Собственно, вот она — структура вновь созданного министерства. Механизм собран. Ну и как же он будет работать?
УПОРЯДОЧЕННЫЙ ХАОС ИЛИ ХАОТИЧНЫЙ ПОРЯДОК?
Без организации, то есть без принуждения,
а значит, без подавления личности
ничего не получится.
А. Гитлер
Аппарат получился весьма громоздким и необыкновенно показательным для Третьего рейха. Дело в том, что вся система власти в государстве строилась на управляемом фюрером принципе борьбы компетенций, или скорее — «хаосе компетенций». С одной стороны, прошло слишком мало времени с того момента, когда НСДАП была оппозиционной партией, не включенной в государственную систему, поэтому партийные структуры привыкли ощущать себя противопоставленными структурам государственным. С другой стороны, не очень‑то их торопили и подталкивали к слиянию. Фюрера вполне устраивал принцип «разделяй и властвуй» в отношениях с партийными функционерами и государственными чиновниками.
Лишь 9 сентября 1937 года вышло постановление, на основании которого была сделана попытка как‑то систематизировать работу многочисленных инстанций, находящихся в разных землях Германии и связанных с пропагандой. Они стали именоваться RPA — Имперские отделения пропаганды[91]. Тем самым подчеркивалось их непосредственное отношение к государственной системе пропаганды, т. е. — к министерству пропаганды. Однако сколько‑нибудь заметного результата данная попытка не имела. Все равно оказывалось, что руководителям отделений было гораздо ближе тянуться до местных гауляйтеров, нежели до Берлина. Таким образом, партийные структуры на местах оказывались намного действеннее, чем государственные.
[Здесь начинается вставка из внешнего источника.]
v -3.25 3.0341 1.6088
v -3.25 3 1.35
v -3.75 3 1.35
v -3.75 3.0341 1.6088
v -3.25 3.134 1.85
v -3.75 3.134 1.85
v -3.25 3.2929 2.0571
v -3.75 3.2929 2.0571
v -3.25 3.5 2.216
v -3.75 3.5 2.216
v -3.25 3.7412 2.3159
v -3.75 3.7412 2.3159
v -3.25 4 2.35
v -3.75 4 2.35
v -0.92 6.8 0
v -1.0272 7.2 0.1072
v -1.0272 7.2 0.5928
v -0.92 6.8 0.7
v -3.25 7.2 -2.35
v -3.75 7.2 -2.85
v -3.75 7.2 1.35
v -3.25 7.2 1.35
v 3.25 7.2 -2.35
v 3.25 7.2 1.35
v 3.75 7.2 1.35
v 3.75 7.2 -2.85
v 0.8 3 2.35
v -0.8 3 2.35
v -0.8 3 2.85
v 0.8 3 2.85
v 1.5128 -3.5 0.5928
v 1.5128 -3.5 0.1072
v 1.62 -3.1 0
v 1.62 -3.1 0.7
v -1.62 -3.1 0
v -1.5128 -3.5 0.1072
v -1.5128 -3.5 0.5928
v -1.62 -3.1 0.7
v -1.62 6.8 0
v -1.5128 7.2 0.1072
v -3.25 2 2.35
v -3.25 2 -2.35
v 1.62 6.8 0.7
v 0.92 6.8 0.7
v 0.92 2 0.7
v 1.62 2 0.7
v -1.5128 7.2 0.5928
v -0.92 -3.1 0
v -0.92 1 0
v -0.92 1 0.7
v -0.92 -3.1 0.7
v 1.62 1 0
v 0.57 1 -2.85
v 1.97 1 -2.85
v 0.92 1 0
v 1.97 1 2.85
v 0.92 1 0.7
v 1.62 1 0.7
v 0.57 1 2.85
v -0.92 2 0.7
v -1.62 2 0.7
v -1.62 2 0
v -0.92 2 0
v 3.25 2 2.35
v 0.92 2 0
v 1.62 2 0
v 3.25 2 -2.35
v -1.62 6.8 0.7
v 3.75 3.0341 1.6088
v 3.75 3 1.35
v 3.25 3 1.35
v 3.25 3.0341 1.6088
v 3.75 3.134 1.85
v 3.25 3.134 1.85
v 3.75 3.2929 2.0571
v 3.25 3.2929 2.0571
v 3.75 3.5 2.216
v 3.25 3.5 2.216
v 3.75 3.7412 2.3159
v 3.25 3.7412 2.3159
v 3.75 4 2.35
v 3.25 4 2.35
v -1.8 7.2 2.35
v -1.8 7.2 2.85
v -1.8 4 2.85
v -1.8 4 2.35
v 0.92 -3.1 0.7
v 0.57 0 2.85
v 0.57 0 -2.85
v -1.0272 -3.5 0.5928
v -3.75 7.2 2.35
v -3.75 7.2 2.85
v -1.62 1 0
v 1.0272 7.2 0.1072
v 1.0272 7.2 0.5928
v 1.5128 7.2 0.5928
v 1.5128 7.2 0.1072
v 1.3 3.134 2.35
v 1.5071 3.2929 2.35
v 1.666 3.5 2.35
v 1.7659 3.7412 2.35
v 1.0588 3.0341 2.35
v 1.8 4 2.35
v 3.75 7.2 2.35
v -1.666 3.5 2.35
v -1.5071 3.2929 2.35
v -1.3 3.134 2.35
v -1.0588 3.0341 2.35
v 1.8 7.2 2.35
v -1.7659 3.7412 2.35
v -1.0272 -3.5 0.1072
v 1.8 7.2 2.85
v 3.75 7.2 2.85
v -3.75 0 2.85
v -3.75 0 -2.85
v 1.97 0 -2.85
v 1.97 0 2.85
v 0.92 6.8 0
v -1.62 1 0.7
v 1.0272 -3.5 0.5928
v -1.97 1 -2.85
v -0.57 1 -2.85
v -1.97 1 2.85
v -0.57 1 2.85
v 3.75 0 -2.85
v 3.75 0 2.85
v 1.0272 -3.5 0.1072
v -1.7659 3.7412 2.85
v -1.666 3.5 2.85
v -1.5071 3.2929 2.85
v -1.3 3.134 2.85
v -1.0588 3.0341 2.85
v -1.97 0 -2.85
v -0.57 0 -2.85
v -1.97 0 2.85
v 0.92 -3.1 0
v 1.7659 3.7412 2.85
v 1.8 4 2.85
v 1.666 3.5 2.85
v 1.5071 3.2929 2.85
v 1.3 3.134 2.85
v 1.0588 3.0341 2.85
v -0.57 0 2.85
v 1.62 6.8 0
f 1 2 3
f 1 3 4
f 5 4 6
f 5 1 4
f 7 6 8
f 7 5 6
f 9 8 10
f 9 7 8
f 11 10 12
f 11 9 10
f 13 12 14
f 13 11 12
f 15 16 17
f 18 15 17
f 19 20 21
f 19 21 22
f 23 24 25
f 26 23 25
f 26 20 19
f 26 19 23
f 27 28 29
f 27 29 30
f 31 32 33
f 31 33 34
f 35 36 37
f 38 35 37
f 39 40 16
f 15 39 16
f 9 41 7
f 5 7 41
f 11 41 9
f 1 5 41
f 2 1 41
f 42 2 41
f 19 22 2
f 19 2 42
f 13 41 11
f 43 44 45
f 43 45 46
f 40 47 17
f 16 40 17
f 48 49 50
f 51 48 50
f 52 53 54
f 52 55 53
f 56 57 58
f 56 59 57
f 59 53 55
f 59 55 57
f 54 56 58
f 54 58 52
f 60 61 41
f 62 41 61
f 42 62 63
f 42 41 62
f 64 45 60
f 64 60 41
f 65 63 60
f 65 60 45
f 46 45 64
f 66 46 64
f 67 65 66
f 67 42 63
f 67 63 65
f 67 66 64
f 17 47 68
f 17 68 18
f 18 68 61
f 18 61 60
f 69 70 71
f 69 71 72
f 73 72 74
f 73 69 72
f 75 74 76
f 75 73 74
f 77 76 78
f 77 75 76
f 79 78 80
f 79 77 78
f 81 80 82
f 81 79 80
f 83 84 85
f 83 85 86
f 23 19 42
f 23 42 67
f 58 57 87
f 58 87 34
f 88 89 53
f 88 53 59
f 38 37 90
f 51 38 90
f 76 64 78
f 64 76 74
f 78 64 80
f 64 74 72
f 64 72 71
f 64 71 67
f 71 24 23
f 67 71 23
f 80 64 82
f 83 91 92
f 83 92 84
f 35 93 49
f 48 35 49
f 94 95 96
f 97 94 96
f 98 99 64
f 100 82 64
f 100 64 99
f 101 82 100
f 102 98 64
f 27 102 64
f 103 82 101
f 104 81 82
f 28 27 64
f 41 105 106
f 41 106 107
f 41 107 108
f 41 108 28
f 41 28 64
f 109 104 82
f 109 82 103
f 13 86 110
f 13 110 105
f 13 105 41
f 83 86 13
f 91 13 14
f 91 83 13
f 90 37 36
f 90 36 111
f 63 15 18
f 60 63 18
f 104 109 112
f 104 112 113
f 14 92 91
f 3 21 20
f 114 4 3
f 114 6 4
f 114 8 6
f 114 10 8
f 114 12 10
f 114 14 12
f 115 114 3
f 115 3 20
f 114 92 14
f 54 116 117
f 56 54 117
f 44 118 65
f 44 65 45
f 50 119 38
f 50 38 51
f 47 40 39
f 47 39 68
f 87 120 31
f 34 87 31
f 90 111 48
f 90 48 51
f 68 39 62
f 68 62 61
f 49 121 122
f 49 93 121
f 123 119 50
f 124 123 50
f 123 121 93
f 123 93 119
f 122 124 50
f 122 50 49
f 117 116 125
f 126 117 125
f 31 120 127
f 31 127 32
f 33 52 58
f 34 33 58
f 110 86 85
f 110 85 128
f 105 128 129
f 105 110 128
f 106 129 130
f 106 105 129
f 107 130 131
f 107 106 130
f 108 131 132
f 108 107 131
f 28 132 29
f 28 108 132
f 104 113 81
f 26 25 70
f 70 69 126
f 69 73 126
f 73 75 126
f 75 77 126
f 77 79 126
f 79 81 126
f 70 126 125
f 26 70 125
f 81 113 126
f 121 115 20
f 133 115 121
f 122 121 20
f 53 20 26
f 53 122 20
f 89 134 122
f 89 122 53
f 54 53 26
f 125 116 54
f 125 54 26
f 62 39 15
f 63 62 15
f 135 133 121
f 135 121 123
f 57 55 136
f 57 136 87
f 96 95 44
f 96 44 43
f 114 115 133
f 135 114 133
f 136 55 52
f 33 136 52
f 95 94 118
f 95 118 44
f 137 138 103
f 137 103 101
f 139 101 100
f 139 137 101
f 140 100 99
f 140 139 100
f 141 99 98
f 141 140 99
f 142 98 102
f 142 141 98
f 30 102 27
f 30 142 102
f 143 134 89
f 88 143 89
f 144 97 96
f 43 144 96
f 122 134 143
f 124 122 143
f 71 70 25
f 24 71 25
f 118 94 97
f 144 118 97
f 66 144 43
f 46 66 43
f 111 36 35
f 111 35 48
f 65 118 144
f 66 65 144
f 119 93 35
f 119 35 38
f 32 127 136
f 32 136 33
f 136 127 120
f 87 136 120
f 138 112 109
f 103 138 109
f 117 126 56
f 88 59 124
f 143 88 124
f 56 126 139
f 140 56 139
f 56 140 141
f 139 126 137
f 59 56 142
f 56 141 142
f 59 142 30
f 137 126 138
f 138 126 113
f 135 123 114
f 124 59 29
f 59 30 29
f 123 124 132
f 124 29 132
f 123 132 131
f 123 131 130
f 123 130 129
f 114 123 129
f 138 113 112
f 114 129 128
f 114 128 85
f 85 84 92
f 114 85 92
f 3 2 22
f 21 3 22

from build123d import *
from OCP.BRepFilletAPI import BRepFilletAPI_MakeChamfer

# Parameters (mm, degrees)
CROQUIS2_W              = 7.5
CROQUIS2_H              = 5.7
SALIENTE_EXTRUIR1_DEPTH = 7.2
CROQUIS3_W              = 6.5
CROQUIS3_H              = 4.7
CORTAR_EXTRUIR1_DEPTH   = 5.2
CROQUIS4_W              = 3.6
CROQUIS4_H              = 0.5
CORTAR_EXTRUIR2_DEPTH   = 4.2
CROQUIS5_W              = 1
CROQUIS5_H              = 4.2
CORTAR_EXTRUIR3_DEPTH   = 11.780190165
REDONDEO1_R             = 1
CROQUIS7_W              = 1.4
CROQUIS7_H              = 5.7
CORTAR_EXTRUIR4_DEPTH   = 1
SALIENTE_EXTRUIR2_START = -7.2
CROQUIS6_W              = 0.7
CROQUIS6_H              = 0.7
SALIENTE_EXTRUIR2_DEPTH = 10.7
CHAFL_N1_SIZE           = 0.4
CHAFL_N1_SIZE2          = 0.107179677
CHAFL_N2_SIZE           = 0.4
CHAFL_N2_SIZE2          = 0.107179677
CHAFL_N3_SIZE           = 0.4
CHAFL_N3_SIZE2          = 0.107179677


with BuildPart() as part:
    # Croquis2 → Saliente-Extruir1 (new body)
    with BuildSketch(Plane(origin=(0, 0, 0), x_dir=(1, 0, 0), z_dir=(0, 1, 0))):
        Rectangle(CROQUIS2_W, CROQUIS2_H)
    extrude(amount=SALIENTE_EXTRUIR1_DEPTH)

    # Croquis3 → Cortar-Extruir1 (cut)
    with BuildSketch(Plane(origin=(0, 7.2, 0), x_dir=(1, 0, 0), z_dir=(0, 1, 0))):
        Rectangle(CROQUIS3_W, CROQUIS3_H)
    extrude(amount=-CORTAR_EXTRUIR1_DEPTH, mode=Mode.SUBTRACT)

    # Croquis4 → Cortar-Extruir2 (cut)
    with BuildSketch(Plane(origin=(0, 7.2, 0), x_dir=(1, 0, 0), z_dir=(0, 1, 0))):
        with Locations((0, -2.6)):
            Rectangle(CROQUIS4_W, CROQUIS4_H)
    extrude(amount=-CORTAR_EXTRUIR2_DEPTH, mode=Mode.SUBTRACT)

    # Croquis5 → Cortar-Extruir3 (cut, through all)
    with BuildSketch(Plane(origin=(3.75, 0, 0), x_dir=(0, 0, -1), z_dir=(1, 0, 0))):
        with Locations((-1.85, 5.1)):
            Rectangle(CROQUIS5_W, CROQUIS5_H)
    extrude(amount=-CORTAR_EXTRUIR3_DEPTH, mode=Mode.SUBTRACT)

    # Redondeo1
    # the kernel refuses this fillet: 1 mm, written as the material it adds along each edge
    with BuildSketch(Plane(origin=(1.8, 3, 2.85), x_dir=(0, 1, 0), z_dir=(0, 0, -1)), Plane(origin=(3.75, 3, 2.35), x_dir=(0, 0, -1), z_dir=(-1, 0, 0))) as redondeo1_piece_1:
        with BuildLine():
            CenterArc((REDONDEO1_R, -REDONDEO1_R), REDONDEO1_R, 90, 90)
            Line((0, -REDONDEO1_R), (0, 0))
            Line((0, 0), (REDONDEO1_R, 0))
        make_face()
    extrude(amount=0.5)
    with BuildSketch(Plane(origin=(-1.8, 3, 2.35), x_dir=(1, 0, 0), z_dir=(0, 0, 1)), Plane(origin=(-3.25, 3, 2.35), x_dir=(0, 1, 0), z_dir=(-1, 0, 0))) as redondeo1_piece_2:
        with BuildLine():
            CenterArc((REDONDEO1_R, REDONDEO1_R), REDONDEO1_R, 180, 90)
            Line((0, REDONDEO1_R), (0, 0))
            Line((0, 0), (REDONDEO1_R, 0))
        make_face()
    extrude(amount=0.5)

    # Croquis7 → Cortar-Extruir4 (cut)
    with BuildSketch(Plane.XZ):
        with Locations((-1.27, 0)):
            Rectangle(CROQUIS7_W, CROQUIS7_H)
        with Locations((1.27, 0)):
            Rectangle(CROQUIS7_W, CROQUIS7_H)
    extrude(amount=-CORTAR_EXTRUIR4_DEPTH, mode=Mode.SUBTRACT)

    # Croquis6 → Saliente-Extruir2 (add)
    with BuildSketch(Plane.XZ.offset(SALIENTE_EXTRUIR2_START)):
        with Locations((-1.27, 0.35)):
            Rectangle(CROQUIS6_W, CROQUIS6_H)
        with Locations((1.27, 0.35)):
            Rectangle(CROQUIS6_W, CROQUIS6_H)
    extrude(amount=SALIENTE_EXTRUIR2_DEPTH)

    # Chaflán1: one chamfer whose edges measure the first distance from different faces: ONE call of the kernel's chamfer builder (chamfer() names one face for all edges)
    chafl_n1_edges_1 = [part.edges().sort_by_distance(p)[0] for p in [
        (-0.92, -3.5, 0.35),
    ]]
    chafl_n1_side_1 = [part.faces().sort_by_distance(p)[0] for p in [
        (-0.92, -1.25, 0.35),
    ]]
    chafl_n1_edges_2 = [part.edges().sort_by_distance(p)[0] for p in [
        (-1.27, -3.5, 0.7),
    ]]
    chafl_n1_side_2 = [part.faces().sort_by_distance(p)[0] for p in [
        (-1.27, -1.25, 0.7),
    ]]
    chafl_n1_edges_3 = [part.edges().sort_by_distance(p)[0] for p in [
        (-1.62, -3.5, 0.35),
    ]]
    chafl_n1_side_3 = [part.faces().sort_by_distance(p)[0] for p in [
        (-1.62, -1.25, 0.35),
    ]]
    chafl_n1_edges_4 = [part.edges().sort_by_distance(p)[0] for p in [
        (-1.27, -3.5, 0),
    ]]
    chafl_n1_side_4 = [part.faces().sort_by_distance(p)[0] for p in [
        (-1.27, -1.25, 0),
    ]]
    chafl_n1_edges_5 = [part.edges().sort_by_distance(p)[0] for p in [
        (1.62, -3.5, 0.35),
    ]]
    chafl_n1_side_5 = [part.faces().sort_by_distance(p)[0] for p in [
        (1.62, -1.25, 0.35),
    ]]
    chafl_n1_edges_6 = [part.edges().sort_by_distance(p)[0] for p in [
Постоянное пересечение компетенций имело место и в самом министерстве. Конфликтные ситуации то и дело возникали на самом высоком уровне. Наглядным примером тому могли служить сложные взаимоотношения Геббельса с шефом имперской прессы Отто Дитрихом. Взаимоотношения, в которых достаточно сложно разобраться, где заканчивается профессиональное соперничество и начинается личная неприязнь. По крайней мере, в своих дневниках Геббельс достаточно часто позволяет себе очень резкие высказывания даже не столько о профессиональных, сколько о личностных качествах Дитриха:
«Мое выступление в Шпортпаласте вызвало блестящие отклики в прессе. Это не дает покоя доктору Дитриху… Мягкотелый субъект, врожденная посредственность. Но я все же избавлюсь от него»[92]. Конфликтная ситуация постепенно усиливалась вследствие того, что из‑за системы дублирования функций, принятой в Третьем рейхе, эти двое все время «сталкивались лбами»:
«Он (Дитрих) наделен посредственными способностями, ничтожество с гипертрофированным честолюбием. Теперь мне, наверное, придется, хотя это для меня и не просто, обратиться к фюреру. Так как компетенции… должны быть разграничены. Нынешняя ситуация постепенно изматывает нервы»[93].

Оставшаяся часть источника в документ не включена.